Quelques illustrations démontrent ces changements. En quarante ans, on est passé de la lettre comme moyen d’information et de communication des entreprises au mail, on est donc passé de l’unité de temps jour à l’unité de temps seconde. En quarante ans, on est passé d’une chaîne de télévision unique diffusée sur un seul support, le poste de télévision traditionnel, à une multitude de chaînes, notamment thématiques, accessibles sur de multiples écrans : télévision, ordinateur, téléphone portable, iPad... Un autre exemple : l’inversion du ratio dépenses médias/dépenses hors médias des entreprises françaises. À la fin des années 1980, c’est-
à-dire hier, les médias sont destinataires de 2/3 des investissements. En 2009, le hors-média a représenté 64 % des dépenses des annonceurs en France.

1.1.3.  Deux communications pour la communication d’entreprise

Aujourd’hui, il y a deux types de communication dans l’entreprise : la communication externe pour les publics externes, qu’on appelle les stakeholders et la communication interne pour les salariés de l’entreprise.

La communication externe a deux formes essentielles : la communication marketing, pour promouvoir la marque, les produits et services de l’entreprise, et la communication corporate ou institutionnelle pour promouvoir l’identité et l’image de l’entreprise dans sa globalité. Communication interne et communication institutionnelle, communication éditoriale et communication électronique, communication d’influence et communication financière sont de plus en plus poreuses.

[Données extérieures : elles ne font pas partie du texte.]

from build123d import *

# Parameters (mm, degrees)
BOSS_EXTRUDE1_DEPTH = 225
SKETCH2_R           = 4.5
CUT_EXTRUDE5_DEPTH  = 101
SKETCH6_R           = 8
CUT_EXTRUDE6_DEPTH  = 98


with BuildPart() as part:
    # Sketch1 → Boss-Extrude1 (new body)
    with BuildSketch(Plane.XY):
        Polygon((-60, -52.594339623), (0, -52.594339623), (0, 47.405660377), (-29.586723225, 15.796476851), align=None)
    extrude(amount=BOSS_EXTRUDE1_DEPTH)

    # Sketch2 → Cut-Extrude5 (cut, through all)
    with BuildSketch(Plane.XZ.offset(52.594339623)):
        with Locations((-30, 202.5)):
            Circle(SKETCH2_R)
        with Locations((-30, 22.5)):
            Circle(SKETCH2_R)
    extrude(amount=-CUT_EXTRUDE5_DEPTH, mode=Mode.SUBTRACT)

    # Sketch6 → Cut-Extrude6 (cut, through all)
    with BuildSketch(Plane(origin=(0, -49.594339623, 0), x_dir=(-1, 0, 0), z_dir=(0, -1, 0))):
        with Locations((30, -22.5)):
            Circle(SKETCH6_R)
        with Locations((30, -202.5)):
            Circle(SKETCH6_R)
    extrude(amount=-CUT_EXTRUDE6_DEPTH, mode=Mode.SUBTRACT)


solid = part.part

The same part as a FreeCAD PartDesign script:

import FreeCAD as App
import Part
import Sketcher
from FreeCAD import Vector


def add_polygon(sketch, points):
    """Adds a closed chain of lines whose ends are joined by coincident constraints."""
    first, n = sketch.GeometryCount, len(points)
    for a, b in zip(points, points[1:] + points[:1]):
        sketch.addGeometry(Part.LineSegment(App.Vector(*a, 0), App.Vector(*b, 0)), False)
    for i in range(n):
        sketch.addConstraint(Sketcher.Constraint("Coincident", first + i, 2, first + (i + 1) % n, 1))

doc = App.newDocument("Part")
body = doc.addObject("PartDesign::Body", "Body")

sketch1 = body.newObject("Sketcher::SketchObject", "Sketch")
sketch1.AttachmentSupport = (doc.getObject("XY_Plane"), [""])
sketch1.MapMode = "FlatFace"
add_polygon(sketch1, [(-60, -52.59434), (0, -52.59434), (0, 47.40566), (-29.586723, 15.796477)])
sketch1.addConstraint(Sketcher.Constraint("Horizontal", 0))
sketch1.addConstraint(Sketcher.Constraint("Vertical", 1))
sketch1.addConstraint(Sketcher.Constraint("PointOnObject", 0, 2, -2))
sketch1.addConstraint(Sketcher.Constraint("DistanceX", 0, 1, 0, 2, 60.0))
sketch1.addConstraint(Sketcher.Constraint("DistanceY", 1, 1, 1, 2, 100.0))
sketch1.addConstraint(Sketcher.Constraint("Distance", 3, 74.848321))
sketch1.addConstraint(Sketcher.Constraint("DistanceY", 0, 2, -1, 1, 52.59434))
sketch1.addConstraint(Sketcher.Constraint("Distance", 2, 43.295666))
pad1 = body.newObject("PartDesign::Pad", "Pad")
pad1.Profile = sketch1
pad1.Length = 225

sketch2 = body.newObject("Sketcher::SketchObject", "Sketch001")
sketch2.AttachmentSupport = (doc.getObject("XZ_Plane"), [""])
sketch2.MapMode = "FlatFace"
sketch2.AttachmentOffset = App.Placement(Vector(0, 0, 52.59434), App.Rotation())
sketch2.addGeometry(Part.Circle(Vector(-30, 202.5, 0), Vector(0, 0, 1), 4.5), False)
sketch2.addGeometry(Part.Circle(Vector(-30, 22.5, 0), Vector(0, 0, 1), 4.5), False)
sketch2.addConstraint(Sketcher.Constraint("Equal", 0, 1))
sketch2.addConstraint(Sketcher.Constraint("Vertical", 0, 3, 1, 3))
sketch2.addConstraint(Sketcher.Constraint("Diameter", 0, 9.0))
sketch2.addConstraint(Sketcher.Constraint("DistanceX", 0, 3, -1, 1, 30.0))
sketch2.addConstraint(Sketcher.Constraint("DistanceY", 1, 3, 0, 3, 180.0))
sketch2.addConstraint(Sketcher.Constraint("DistanceY", -1, 1, 0, 3, 202.5))
pocket1 = body.newObject("PartDesign::Pocket", "Pocket")
pocket1.Profile = sketch2
pocket1.Type = "ThroughAll"

sketch3 = body.newObject("Sketcher::SketchObject", "Sketch002")
sketch3.AttachmentSupport = (doc.getObject("XZ_Plane"), [""])
sketch3.MapMode = "FlatFace"
sketch3.AttachmentOffset = App.Placement(Vector(0, 0, 49.59434), App.Rotation())
sketch3.addGeometry(Part.Circle(Vector(-30, 22.5, 0), Vector(0, 0, 1), 8), False)
sketch3.addGeometry(Part.Circle(Vector(-30, 202.5, 0), Vector(0, 0, 1), 8), False)
sketch3.addConstraint(Sketcher.Constraint("Equal", 0, 1))
sketch3.addConstraint(Sketcher.Constraint("Vertical", 0, 3, 1, 3))
sketch3.addConstraint(Sketcher.Constraint("Diameter", 0, 16.0))
sketch3.addConstraint(Sketcher.Constraint("DistanceX", 0, 3, -1, 1, 30.0))
sketch3.addConstraint(Sketcher.Constraint("DistanceY", 0, 3, 1, 3, 180.0))
sketch3.addConstraint(Sketcher.Constraint("DistanceY", -1, 1, 0, 3, 22.5))
pocket2 = body.newObject("PartDesign::Pocket", "Pocket001")
pocket2.Profile = sketch3
pocket2.Type = "ThroughAll"

doc.recompute()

Mais Internet est en train de modifier largement, pour ne pas dire chambouler, ce bel ordonnancement. Internet est en train de créer l’échange et l’interactivité là où il y avait le descendant et la réception passive. Les barrières à l’information, à l’accès à l’information, à la réaction à l’information tombent de plus en plus vite. L’évolution, l’extension et l’accélération de ces technologies, dont Malraux pressentait le rôle dès 1974, amplifient un phénomène marquant de ces dernières années : la porosité entre les divers publics de l’entreprise.

1.1.3.  Une porosité grandissante

La porosité entre les multiples publics, directs et indirects, et donc entre les communications de l’entreprise suit la même tendance conduisant à une nouvelle donne : les communications de l’entreprise deviennent de plus en plus la communication de l’entreprise.

Ainsi quelques exemples illustrent cette nouvelle donne : la fusion Sagem et Snecma est une opération financière qui donne naissance à un nouveau groupe Safran qui présente son nouveau nom à travers une campagne de communication institutionnelle. Il en va de même pour les rapprochements de Mittal et d’Arcelor, de NYSE et d’Euronext, de GDF et de Suez. Quand Areva faisait une publicité institutionnelle dans la presse et à la télévision, c’est d’abord parce que la société avait envie de faire connaître son identité pour faciliter le moment venu l’introduction en Bourse… qui n’est pas venue. Plus récemment, le rapprochement des Banques populaires et des Caisses d’épargne est une opération financière majeure dans le secteur bancaire et l’occasion d’une communication institutionnelle sur le nouveau nom, BPCE. Et on pourrait trouver d’autres exemples… Une opération financière d’une grande ampleur, introduction en Bourse ou fusion de deux grands noms, est donc l’occasion de faire parler de l’entreprise et surtout de lui permettre de créer ou de consolider son image.

La porosité entre des cibles de plus en plus multiréceptrices et, par conséquent, entre les communications est la nouvelle réalité. L’individu ou les groupes d’individus sont donc multiples. La belle communication descendante des années 1960-1970 est donc terminée. Et on peut penser, ou en tout cas espérer, que l’organisation des entreprises en matière de communication, c’est-à-dire en colonnes ou en silos, va évoluer.

1.2.  L’émergence de la communication financière

1.2.1.  La communication financière, une nécessité croissante

Dans ce contexte, des thèmes nouveaux apparaissent dans la communication des entreprises. D’abord, bien sûr, le développement durable, devenu le socialement responsable, et, aujourd’hui, l’ESG : environnement, social, gouvernance, mais aussi la sécurité et le contrôle interne, le rôle et la personnalisation des dirigeants et plus récemment le capital humain.